[BUG] Normal LoRa finetune: Error(s) in loading state_dict for TextToSemantic
Feel free to ask any kind of questions in the issues page, but please use English since other users may find your questions valuable.
Describe the bug I strictly followed the docs but I am unable to finetune my model. Right before beginning training, it throws:
[2024-08-15 03:41:49,776][fish_speech.models.text2semantic.llama][INFO] - [rank: 0] Loaded weights with error: _IncompatibleKeys(missing_keys=['embeddings.lora_A', 'embeddings.lora_B', 'codebook_embeddings.lora_A', 'codebook_embeddings.lora_B', 'layers.0.attention.wqkv.lora_A', 'layers.0.attention.wqkv.lora_B', 'layers.0.attention.wo.lora_A',
[...]
'fast_layers.3.feed_forward.w2.lora_B', 'fast_output.lora_A', 'fast_output.lora_B'], unexpected_keys=[])
To Reproduce Create new conda env, follow the docs for finetuning
Expected behavior It should recognize all keys and train correctly
Screenshots / log If applicable, add screenshots / logs to help explain your problem.
Additional context The resulting model produces 0.2s of audio, but it's junk. The same error occurs when wanting to merge, it almost throws every layer as not recognized
Fixed
Thanks!
It's happening again, with the latest docker image.
This issue is stale because it has been open for 30 days with no activity.
same issue
Can someone please take a look at this? Otherwise lora finetuning isn't possible...
@SinanAkkoyun Have you been successful in non-LoRA finetuning?
I've been experimenting, after seeing #772 I tried to do full-finetuning (by removing the +lora part of the finetune command) and copied some of the extra config options that were used by the poster. The LoRA warnings went away after doing this. But I was also getting 0/nan loss and 0 accuracy... After testing I discovered that there was an issue with my dataset. I was trying to do a fine-tune just with some messy data to see how it did (this is my first time) and I had 3 ~1hr audio files. However, after being unsuccessful, I read some other replies from contributors suggesting ~30s clips, so I tried this and it seems to have fixed my issue.

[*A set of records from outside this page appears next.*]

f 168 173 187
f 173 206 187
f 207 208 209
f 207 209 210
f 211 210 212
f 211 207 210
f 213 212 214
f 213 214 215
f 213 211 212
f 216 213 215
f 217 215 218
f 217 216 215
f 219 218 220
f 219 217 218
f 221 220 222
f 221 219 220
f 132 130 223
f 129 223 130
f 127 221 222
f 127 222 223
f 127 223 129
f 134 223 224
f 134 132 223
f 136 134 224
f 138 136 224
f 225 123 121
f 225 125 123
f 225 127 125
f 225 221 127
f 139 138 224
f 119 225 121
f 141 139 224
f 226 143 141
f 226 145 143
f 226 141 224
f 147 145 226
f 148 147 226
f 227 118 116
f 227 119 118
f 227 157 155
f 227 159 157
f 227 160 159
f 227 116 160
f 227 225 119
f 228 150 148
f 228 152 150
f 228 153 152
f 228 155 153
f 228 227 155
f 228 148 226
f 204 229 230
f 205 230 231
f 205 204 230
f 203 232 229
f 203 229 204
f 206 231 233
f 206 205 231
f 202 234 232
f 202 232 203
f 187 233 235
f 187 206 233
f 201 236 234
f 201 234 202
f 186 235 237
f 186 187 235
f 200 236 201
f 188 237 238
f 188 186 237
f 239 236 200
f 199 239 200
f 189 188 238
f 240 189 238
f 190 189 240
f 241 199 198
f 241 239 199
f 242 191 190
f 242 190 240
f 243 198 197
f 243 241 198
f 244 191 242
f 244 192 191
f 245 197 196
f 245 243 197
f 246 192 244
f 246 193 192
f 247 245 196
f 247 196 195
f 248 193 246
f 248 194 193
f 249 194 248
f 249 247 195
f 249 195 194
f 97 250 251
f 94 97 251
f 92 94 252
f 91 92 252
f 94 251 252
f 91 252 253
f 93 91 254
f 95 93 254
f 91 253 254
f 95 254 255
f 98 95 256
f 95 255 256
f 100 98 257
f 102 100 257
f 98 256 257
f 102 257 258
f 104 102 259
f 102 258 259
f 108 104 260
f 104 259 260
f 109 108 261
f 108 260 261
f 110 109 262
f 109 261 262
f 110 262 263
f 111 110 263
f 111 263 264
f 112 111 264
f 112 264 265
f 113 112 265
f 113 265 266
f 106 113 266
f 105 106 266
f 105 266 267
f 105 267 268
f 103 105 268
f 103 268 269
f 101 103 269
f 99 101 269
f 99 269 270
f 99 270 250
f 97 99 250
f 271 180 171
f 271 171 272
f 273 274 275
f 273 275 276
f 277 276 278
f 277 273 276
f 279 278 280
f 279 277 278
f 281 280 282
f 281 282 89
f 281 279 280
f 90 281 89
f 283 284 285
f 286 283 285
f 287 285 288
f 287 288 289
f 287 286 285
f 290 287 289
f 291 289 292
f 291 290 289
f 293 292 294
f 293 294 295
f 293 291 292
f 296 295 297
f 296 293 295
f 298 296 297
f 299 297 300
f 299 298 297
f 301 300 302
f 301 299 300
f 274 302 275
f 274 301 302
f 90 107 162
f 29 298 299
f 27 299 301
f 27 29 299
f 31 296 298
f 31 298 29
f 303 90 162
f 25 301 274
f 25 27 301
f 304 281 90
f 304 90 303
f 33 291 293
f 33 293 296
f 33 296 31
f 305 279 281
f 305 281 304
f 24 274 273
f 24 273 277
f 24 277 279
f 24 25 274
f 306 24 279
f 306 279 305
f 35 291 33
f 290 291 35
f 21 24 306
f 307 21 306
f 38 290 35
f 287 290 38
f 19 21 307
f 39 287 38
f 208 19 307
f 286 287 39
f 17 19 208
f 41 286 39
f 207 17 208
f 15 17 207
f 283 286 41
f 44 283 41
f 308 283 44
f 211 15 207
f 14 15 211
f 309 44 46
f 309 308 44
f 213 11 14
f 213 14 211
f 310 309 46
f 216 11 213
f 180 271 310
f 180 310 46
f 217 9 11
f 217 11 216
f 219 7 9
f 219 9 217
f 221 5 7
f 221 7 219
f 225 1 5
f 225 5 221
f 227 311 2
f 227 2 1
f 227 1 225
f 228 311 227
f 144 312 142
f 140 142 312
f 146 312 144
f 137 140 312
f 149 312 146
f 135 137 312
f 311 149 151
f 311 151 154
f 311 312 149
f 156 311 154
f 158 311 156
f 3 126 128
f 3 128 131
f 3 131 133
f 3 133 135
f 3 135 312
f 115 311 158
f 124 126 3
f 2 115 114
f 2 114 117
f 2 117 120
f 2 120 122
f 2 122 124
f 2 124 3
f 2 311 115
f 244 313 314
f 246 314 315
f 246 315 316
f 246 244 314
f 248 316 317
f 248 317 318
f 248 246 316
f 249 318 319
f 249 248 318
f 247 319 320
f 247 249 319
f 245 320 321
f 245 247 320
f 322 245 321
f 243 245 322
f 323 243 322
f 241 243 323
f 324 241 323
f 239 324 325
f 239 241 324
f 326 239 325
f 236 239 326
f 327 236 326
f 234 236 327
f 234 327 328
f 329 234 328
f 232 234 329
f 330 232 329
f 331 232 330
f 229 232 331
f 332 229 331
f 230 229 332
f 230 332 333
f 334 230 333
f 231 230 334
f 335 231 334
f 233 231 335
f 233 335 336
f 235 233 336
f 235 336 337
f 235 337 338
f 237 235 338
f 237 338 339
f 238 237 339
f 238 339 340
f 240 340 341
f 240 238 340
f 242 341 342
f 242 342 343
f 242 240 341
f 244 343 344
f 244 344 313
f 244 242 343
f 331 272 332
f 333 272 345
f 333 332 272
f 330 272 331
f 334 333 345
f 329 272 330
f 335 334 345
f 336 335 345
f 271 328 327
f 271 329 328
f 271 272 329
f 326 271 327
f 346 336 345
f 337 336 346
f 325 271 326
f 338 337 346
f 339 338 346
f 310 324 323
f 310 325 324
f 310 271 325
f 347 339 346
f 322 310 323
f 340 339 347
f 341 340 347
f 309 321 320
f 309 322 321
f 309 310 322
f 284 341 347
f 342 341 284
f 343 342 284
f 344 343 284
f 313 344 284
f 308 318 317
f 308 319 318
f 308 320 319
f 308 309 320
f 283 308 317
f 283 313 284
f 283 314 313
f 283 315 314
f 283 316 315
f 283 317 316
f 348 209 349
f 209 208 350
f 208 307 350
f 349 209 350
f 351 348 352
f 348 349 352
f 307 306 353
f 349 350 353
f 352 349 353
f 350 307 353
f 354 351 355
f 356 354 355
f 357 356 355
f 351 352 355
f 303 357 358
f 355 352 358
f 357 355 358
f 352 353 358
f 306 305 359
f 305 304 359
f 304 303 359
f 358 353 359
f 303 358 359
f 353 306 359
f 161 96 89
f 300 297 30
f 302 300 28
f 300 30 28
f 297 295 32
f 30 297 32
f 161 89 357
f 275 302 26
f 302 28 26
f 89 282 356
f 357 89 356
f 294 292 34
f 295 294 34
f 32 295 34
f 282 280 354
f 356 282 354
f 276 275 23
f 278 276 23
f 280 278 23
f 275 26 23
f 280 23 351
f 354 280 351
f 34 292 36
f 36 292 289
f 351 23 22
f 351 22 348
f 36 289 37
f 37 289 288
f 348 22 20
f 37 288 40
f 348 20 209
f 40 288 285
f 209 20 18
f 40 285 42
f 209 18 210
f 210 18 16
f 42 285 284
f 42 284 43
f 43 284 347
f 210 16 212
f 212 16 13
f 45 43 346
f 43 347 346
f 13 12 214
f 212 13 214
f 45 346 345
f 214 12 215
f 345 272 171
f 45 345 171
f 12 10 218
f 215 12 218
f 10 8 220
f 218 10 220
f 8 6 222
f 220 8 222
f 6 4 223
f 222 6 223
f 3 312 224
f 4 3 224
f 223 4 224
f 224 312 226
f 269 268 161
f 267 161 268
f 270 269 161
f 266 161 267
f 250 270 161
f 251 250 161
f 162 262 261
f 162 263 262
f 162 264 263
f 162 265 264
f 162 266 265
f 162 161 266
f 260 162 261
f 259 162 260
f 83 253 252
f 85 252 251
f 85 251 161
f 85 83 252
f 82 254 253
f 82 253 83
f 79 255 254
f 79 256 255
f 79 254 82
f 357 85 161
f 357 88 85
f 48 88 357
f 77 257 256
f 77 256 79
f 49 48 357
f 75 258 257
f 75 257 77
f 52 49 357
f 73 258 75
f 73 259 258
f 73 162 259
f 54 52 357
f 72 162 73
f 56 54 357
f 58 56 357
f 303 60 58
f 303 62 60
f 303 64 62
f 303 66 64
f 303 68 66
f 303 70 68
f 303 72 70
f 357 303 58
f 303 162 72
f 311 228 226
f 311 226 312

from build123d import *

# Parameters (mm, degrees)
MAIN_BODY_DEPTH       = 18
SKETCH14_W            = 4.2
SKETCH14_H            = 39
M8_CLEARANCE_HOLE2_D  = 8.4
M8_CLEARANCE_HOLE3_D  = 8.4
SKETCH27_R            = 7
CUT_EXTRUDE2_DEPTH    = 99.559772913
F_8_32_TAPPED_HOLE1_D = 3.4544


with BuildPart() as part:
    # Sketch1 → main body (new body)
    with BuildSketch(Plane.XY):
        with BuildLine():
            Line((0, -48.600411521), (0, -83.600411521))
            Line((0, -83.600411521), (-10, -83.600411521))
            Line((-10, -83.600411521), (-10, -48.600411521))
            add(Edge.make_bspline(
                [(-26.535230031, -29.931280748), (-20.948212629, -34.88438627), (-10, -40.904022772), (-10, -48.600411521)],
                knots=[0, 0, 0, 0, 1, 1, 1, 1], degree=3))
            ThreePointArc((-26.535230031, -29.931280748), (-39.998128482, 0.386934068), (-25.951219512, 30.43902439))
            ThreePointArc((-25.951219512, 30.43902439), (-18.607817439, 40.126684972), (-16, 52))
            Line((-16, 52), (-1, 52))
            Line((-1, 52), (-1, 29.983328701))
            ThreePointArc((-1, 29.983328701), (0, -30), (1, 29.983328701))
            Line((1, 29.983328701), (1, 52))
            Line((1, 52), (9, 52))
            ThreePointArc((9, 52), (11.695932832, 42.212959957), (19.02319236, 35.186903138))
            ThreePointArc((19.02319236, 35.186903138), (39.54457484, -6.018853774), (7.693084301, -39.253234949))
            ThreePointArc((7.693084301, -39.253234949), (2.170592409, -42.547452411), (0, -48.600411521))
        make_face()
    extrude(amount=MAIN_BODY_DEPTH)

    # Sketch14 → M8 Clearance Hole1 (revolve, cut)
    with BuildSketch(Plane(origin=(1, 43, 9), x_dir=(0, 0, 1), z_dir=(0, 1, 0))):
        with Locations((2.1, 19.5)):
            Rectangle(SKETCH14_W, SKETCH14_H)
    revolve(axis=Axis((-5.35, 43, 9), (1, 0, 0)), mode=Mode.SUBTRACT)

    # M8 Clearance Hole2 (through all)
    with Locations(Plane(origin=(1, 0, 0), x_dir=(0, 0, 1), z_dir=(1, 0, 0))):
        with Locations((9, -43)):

I'm currently running a full finetune and the loss is steadily going down. I think there should be some documentation on data-preparation and practices so others with less experience finetuning TTS models like me will not accidentally waste time. Also some documentation mentioning full-finetuning versus lora fine-tuning (there is only documentation on lora fine-tuning?) would be helpful, even if its just saying that its worse (maybe there is a reason they haven't documented it?).
This issue is stale because it has been open for 30 days with no activity.
@macklinhrw Thanks for your input, however I am aiming at doing a LoRa finetune. Full FT works for me
I have been trying to train a lora with ~1500 individual 10-1 second audio files, and I still get the NAN error on the latest master.
@Whale-Dolphin Was this fixed?
Yes, we've fixed it, if it works with some warnings, just ignore them.